Correio Braziliense
postado em 20/06/2020 07:00
O isolamento social aumentou o consumo de arte nos lares. Música, filmes e dança são algumas das opções encontradas para fugir do tédio e da solidão enfrentada durante a pandemia do novo coronavírus. Por isso, artistas da capital buscam fôlego para continuar a oferecer um produto de qualidade e acessível, além de garantir a renda para sobreviver durante a crise causada pela covid-19. Produtores, grupos e professores de teatro, artistas plásticos e músicos unem-se para manter a pluralidade produtiva da capital.
A Fundação Brasileira de Teatro, símbolo cultural de Brasília desde 1982, é um dos exemplos de resistência. Por meio da campanha Levante Dulcina e de cursos on-line, a instituição busca se reerguer durante o período. “A campanha é uma forma de sustentar o espaço, que é de todo o artista brasileiro. Temos um local privilegiado, de riquezas produtivas que vêm, gradualmente, recuperando-se”, aponta a presidente da fundação, Raissa Gregori.

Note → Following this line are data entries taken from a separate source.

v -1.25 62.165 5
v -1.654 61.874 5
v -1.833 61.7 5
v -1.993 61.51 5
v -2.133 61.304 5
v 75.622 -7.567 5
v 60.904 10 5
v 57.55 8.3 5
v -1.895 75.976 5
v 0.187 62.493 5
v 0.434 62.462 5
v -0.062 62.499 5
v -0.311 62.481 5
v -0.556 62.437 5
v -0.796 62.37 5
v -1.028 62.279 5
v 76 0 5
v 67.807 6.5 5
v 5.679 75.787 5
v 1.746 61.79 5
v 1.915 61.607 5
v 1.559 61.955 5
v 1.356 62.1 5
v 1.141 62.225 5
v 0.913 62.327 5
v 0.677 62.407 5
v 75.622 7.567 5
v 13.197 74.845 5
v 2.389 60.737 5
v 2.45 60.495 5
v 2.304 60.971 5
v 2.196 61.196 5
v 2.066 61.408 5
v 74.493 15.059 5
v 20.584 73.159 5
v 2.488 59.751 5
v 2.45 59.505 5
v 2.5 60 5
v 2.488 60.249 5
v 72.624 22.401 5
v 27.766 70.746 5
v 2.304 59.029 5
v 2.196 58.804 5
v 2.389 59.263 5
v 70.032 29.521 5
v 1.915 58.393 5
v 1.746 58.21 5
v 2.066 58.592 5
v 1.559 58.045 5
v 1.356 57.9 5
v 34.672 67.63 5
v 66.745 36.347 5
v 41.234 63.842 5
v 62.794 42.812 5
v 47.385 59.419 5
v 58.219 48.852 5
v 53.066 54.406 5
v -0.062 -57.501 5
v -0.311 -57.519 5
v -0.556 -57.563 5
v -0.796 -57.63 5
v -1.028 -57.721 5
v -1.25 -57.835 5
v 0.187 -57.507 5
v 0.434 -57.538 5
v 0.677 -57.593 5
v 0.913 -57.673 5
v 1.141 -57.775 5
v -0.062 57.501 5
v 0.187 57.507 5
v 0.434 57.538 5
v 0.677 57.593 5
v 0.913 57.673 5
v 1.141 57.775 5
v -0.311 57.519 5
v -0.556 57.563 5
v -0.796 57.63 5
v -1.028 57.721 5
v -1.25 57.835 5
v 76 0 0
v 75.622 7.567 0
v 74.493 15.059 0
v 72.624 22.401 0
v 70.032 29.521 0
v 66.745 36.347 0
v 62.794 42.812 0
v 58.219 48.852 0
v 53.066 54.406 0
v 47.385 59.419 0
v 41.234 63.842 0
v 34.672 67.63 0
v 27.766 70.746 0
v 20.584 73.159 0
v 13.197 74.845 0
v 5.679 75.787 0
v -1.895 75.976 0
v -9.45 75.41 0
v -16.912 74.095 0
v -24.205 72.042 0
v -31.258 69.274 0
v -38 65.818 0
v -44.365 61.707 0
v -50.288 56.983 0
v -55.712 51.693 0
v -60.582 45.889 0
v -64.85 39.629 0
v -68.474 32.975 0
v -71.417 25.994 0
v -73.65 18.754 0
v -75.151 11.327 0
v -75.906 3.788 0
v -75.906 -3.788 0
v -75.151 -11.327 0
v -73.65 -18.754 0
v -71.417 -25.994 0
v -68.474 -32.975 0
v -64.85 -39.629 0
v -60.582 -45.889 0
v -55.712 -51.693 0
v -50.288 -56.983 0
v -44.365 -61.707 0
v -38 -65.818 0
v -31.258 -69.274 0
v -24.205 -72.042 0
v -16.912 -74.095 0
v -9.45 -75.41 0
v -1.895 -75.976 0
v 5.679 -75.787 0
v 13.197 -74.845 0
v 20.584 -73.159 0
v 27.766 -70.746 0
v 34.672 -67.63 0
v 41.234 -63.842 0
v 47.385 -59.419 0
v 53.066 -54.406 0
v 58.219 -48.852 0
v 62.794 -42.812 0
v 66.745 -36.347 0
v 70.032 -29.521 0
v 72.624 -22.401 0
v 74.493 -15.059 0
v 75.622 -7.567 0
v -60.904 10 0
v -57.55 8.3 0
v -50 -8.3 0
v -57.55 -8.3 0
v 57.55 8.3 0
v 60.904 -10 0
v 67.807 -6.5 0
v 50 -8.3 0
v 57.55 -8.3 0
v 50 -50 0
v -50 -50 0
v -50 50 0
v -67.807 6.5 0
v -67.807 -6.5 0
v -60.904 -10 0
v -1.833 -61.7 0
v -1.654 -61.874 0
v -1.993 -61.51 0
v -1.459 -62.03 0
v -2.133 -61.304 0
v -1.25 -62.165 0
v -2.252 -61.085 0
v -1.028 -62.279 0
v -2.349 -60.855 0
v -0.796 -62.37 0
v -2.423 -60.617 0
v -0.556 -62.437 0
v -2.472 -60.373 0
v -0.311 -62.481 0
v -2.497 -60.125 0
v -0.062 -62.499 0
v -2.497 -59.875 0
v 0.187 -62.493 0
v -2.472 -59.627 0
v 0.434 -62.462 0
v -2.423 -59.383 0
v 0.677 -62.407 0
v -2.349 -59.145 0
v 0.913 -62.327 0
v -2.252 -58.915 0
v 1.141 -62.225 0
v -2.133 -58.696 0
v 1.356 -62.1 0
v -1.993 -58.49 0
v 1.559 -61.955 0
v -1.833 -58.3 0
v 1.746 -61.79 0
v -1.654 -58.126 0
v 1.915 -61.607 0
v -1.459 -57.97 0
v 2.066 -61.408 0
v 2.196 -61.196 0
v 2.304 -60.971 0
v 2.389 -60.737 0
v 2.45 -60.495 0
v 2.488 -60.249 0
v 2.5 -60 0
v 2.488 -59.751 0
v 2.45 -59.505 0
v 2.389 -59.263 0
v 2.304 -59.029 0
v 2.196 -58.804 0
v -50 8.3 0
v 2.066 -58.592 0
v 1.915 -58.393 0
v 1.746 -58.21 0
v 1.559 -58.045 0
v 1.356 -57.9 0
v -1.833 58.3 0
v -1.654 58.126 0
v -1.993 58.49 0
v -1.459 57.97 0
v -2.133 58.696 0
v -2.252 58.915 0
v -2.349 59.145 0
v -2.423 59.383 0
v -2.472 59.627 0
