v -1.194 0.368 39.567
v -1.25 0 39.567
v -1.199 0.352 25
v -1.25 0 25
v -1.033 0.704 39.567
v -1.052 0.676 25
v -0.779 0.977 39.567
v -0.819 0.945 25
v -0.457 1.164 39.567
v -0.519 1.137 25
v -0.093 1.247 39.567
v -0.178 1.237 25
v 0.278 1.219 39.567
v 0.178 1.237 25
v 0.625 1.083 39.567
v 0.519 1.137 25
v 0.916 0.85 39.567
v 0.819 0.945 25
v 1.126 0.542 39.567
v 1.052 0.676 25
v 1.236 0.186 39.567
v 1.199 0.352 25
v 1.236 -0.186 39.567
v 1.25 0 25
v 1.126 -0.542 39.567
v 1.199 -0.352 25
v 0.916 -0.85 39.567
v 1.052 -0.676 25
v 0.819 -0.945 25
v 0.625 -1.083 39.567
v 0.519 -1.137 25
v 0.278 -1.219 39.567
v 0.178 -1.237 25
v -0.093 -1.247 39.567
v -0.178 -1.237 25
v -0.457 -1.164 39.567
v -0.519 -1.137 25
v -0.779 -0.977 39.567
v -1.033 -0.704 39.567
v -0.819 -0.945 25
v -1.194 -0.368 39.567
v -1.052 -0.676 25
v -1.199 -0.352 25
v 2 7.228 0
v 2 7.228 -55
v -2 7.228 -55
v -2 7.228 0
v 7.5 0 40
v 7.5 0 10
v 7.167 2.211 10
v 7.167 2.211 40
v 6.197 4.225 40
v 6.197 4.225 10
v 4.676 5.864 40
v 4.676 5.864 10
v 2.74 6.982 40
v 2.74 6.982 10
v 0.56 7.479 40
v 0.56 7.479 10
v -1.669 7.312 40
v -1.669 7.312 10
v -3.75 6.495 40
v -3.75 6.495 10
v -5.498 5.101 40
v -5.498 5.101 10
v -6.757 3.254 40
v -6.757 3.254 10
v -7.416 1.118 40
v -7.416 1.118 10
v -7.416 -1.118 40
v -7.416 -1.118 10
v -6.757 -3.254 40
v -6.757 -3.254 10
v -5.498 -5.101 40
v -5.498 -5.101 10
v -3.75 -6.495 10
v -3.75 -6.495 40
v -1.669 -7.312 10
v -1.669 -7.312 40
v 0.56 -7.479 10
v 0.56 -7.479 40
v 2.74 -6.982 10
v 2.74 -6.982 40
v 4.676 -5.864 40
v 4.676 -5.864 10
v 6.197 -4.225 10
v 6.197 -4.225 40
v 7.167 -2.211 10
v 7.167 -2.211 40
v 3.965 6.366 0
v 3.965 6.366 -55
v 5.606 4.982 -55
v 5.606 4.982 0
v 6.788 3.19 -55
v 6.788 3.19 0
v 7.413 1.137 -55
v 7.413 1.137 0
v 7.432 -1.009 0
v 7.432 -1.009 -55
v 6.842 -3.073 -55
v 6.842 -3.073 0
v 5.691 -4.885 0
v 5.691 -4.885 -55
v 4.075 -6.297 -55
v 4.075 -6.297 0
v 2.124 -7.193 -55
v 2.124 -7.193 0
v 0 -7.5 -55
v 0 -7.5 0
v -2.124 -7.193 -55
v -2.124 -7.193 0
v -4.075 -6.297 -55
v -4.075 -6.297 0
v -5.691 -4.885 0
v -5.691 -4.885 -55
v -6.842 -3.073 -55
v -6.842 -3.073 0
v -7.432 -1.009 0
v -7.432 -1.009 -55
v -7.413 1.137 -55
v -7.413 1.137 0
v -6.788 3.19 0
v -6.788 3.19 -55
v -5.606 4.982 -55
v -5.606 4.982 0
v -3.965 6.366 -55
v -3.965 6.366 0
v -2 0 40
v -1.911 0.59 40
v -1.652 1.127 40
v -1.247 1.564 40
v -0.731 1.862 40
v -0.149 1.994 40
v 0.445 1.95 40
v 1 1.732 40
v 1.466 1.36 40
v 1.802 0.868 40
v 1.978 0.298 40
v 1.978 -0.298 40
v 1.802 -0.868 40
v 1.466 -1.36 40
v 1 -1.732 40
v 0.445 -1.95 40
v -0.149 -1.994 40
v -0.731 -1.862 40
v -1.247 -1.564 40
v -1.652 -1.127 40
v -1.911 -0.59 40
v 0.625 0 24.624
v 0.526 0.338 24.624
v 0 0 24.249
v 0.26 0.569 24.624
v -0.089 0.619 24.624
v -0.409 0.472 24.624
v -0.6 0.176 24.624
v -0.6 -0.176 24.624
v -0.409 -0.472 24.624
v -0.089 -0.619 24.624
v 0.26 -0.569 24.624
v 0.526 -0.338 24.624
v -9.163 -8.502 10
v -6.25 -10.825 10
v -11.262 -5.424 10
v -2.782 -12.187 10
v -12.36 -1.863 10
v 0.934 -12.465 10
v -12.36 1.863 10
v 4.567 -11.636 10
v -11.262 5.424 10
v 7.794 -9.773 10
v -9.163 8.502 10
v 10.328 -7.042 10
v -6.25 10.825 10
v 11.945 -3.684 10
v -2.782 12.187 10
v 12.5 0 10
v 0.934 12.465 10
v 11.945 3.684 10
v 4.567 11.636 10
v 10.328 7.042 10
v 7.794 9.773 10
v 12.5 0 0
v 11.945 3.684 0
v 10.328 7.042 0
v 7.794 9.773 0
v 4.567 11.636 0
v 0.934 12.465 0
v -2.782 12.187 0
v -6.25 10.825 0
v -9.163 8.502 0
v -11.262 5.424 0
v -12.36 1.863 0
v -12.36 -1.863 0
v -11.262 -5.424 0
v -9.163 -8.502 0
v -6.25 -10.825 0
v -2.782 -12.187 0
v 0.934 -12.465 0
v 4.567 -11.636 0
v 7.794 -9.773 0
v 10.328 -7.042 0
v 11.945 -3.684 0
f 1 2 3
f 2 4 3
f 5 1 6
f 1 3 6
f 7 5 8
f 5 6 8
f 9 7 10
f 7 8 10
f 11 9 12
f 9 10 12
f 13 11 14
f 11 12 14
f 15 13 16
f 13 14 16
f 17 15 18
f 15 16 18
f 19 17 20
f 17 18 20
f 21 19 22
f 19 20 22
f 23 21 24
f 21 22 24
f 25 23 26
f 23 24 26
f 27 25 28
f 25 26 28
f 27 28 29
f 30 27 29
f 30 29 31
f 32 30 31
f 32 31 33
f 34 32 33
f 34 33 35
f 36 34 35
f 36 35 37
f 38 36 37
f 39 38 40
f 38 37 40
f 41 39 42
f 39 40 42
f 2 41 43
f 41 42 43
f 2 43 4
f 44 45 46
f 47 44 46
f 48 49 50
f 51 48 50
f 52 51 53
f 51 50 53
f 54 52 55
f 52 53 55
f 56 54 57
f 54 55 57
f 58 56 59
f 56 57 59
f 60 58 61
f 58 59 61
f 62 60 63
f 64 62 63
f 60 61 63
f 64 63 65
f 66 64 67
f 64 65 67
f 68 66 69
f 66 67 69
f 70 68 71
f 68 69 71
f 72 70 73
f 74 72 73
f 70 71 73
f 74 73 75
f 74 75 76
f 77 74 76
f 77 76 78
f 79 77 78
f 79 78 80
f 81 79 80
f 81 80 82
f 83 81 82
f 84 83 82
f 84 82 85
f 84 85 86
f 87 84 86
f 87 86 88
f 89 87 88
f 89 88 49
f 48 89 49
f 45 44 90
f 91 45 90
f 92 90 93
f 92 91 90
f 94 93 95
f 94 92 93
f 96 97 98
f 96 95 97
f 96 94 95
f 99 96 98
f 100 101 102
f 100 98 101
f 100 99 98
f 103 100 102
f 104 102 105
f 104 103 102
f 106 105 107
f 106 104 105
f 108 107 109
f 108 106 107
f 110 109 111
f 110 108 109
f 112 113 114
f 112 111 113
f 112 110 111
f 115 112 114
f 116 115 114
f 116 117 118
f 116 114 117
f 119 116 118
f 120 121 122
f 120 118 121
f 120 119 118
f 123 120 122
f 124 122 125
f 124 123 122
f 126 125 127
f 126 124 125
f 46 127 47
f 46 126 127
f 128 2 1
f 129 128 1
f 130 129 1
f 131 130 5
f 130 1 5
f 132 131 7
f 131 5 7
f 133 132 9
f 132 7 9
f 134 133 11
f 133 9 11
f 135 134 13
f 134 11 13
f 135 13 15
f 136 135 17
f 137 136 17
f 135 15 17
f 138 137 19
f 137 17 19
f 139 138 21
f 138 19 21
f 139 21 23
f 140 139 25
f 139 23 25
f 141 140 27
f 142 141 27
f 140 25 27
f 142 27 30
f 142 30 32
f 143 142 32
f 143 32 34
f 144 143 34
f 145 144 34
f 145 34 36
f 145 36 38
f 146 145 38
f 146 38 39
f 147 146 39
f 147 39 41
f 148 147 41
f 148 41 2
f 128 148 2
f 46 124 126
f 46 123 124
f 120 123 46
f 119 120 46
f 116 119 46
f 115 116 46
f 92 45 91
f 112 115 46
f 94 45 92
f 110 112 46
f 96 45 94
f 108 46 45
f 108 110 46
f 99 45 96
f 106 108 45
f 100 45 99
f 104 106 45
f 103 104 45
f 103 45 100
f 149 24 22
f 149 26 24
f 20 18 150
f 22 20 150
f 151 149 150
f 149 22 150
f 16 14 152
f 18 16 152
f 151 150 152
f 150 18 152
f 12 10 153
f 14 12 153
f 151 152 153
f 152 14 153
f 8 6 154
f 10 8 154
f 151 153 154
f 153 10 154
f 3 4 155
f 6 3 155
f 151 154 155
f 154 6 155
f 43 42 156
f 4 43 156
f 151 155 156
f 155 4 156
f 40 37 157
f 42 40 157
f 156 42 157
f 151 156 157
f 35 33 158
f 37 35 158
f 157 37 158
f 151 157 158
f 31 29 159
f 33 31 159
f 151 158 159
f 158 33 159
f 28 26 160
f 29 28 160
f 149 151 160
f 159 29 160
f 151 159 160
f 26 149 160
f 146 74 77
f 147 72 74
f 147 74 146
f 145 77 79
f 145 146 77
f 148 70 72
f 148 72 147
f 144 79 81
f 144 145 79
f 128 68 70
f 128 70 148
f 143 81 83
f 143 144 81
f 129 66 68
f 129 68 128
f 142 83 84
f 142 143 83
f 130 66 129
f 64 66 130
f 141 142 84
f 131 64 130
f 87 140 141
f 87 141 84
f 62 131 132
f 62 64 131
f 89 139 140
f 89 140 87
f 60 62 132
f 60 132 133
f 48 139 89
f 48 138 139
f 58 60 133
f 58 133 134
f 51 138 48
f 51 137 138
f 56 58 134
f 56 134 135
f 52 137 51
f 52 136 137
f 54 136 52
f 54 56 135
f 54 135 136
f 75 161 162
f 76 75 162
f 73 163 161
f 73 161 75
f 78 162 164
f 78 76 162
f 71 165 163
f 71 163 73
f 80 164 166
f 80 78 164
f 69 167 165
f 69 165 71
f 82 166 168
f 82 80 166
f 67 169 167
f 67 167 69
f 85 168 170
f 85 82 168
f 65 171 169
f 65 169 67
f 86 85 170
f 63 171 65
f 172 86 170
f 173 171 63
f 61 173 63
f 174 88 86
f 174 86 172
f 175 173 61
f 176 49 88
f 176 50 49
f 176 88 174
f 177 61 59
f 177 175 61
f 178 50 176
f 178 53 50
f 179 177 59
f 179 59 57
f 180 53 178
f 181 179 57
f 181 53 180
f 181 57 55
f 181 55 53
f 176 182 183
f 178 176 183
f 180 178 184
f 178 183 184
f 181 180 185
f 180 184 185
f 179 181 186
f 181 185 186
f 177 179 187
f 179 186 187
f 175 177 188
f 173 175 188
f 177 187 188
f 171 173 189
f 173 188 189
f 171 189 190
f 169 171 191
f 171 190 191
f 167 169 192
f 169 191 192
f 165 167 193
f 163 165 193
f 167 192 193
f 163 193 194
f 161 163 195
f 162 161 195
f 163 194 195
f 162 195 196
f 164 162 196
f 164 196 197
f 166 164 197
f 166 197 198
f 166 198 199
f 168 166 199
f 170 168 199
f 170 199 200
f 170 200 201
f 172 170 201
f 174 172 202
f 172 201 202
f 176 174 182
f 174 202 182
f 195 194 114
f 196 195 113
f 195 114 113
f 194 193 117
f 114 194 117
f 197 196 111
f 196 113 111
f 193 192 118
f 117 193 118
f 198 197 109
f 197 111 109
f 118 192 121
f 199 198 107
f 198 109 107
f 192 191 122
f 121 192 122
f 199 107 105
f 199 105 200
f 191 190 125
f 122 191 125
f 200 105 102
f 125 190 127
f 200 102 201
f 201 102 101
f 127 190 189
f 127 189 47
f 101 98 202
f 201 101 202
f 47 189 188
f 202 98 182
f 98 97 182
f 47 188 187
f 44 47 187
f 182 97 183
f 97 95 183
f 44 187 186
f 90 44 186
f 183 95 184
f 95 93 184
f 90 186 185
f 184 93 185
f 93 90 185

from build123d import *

# Parameters (mm, degrees)
SKETCH1_R                       = 12.5
F_25MM_DIA_DEPTH                = 10
F_15MM_START                    = -10
SKETCH2_R                       = 7.5
F_15MM_DIA_BEARING_END_DEPTH    = 40
F_15MM_START_2                  = 55
SKETCH3_R                       = 7.5
F_15MM_DIA_GEAR_END_DEPTH       = 55
M3X0_5_TAPPED_HOLE1_D           = 2.5
M3X0_5_TAPPED_HOLE1_DEPTH       = 15
M3X0_5_TAPPED_HOLE1_CSINK_D     = 4
M3X0_5_TAPPED_HOLE1_CSINK_ANGLE = 120
M3X0_5_TAPPED_HOLE1_TIP         = 0.751075774
SKETCH8_W                       = 4
SKETCH8_H                       = 3.025433208
CUT_EXTRUDE1_DEPTH              = 55


with BuildPart() as part:
    # Sketch1 → 25mm dia (new body)
    with BuildSketch(Plane.XY):
        Circle(SKETCH1_R)
    extrude(amount=F_25MM_DIA_DEPTH)

    # Sketch2 → 15mm dia bearing end (add)
    with BuildSketch(Plane.XY.offset(10).offset(F_15MM_START)):
        Circle(SKETCH2_R)
    extrude(amount=F_15MM_DIA_BEARING_END_DEPTH)

    # Sketch3 → 15mm dia gear end (add)
    with BuildSketch(Plane(origin=(0, 0, 0), x_dir=(-1, 0, 0), z_dir=(0, 0, -1)).offset(F_15MM_START_2)):
        with Locations(Location((0, 0, 0), (0, 0, 180))):
            Circle(SKETCH3_R)
    extrude(amount=-F_15MM_DIA_GEAR_END_DEPTH)

    # M3x0.5 Tapped Hole1
    with Locations(Plane.XY.offset(40)):
        with Locations((0, 0)):
            CounterSinkHole(M3X0_5_TAPPED_HOLE1_D / 2, M3X0_5_TAPPED_HOLE1_CSINK_D / 2, depth=M3X0_5_TAPPED_HOLE1_DEPTH, counter_sink_angle=M3X0_5_TAPPED_HOLE1_CSINK_ANGLE)
            with Locations((0, 0, -(M3X0_5_TAPPED_HOLE1_DEPTH + M3X0_5_TAPPED_HOLE1_TIP / 2))):  # 118° drill point
                Cone(0, M3X0_5_TAPPED_HOLE1_D / 2, M3X0_5_TAPPED_HOLE1_TIP, mode=Mode.SUBTRACT)

    # Sketch8 → Cut-Extrude1 (cut)
    with BuildSketch(Plane(origin=(0, 0, -55), x_dir=(-1, 0, 0), z_dir=(0, 0, -1))):
        with Locations((0, 8.741132751)):
            Rectangle(SKETCH8_W, SKETCH8_H)
    extrude(amount=-CUT_EXTRUDE1_DEPTH, mode=Mode.SUBTRACT)


solid = part.part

A iniciativa busca doações para pagar os salários atrasados de 43 profissionais. “A pandemia também afetou a fundação, assim como a todos. Mas, adaptamo-nos rapidamente à situação, por meio das aulas on-line. É um período que traz novas possibilidades de linguagem, tanto para o artista quanto para o professor. Com isso, vemos a importância de manter o espaço, principalmente nesse momento, em que a cultura é tão importante para a saúde mental de todos”, explica Raissa.
Para manter o legado deixado por Dulcina de Moraes, a instituição recorreu à tecnologia durante a pandemia. De acordo com Liana Farias, secretária-executiva da fundação, diversos projetos estão sendo pensados para atrair o público e manter as atividades. “Estamos mobilizando artistas da cidade para oferecer seus produtos, como livros de escritores e participação de artistas em lives. Aos poucos, vamos conseguindo minimizar o impacto da crise, mostrar a importância desse complexo e convidar todo mundo a assumir a responsabilidade de preservá-lo.” A Mostra Dulcina, que acontece todo fim de semestre, também será virtual. “Vamos adaptar o evento, que acontece de 3 a 17 de julho, para as plataformas on-line”, detalha Liana.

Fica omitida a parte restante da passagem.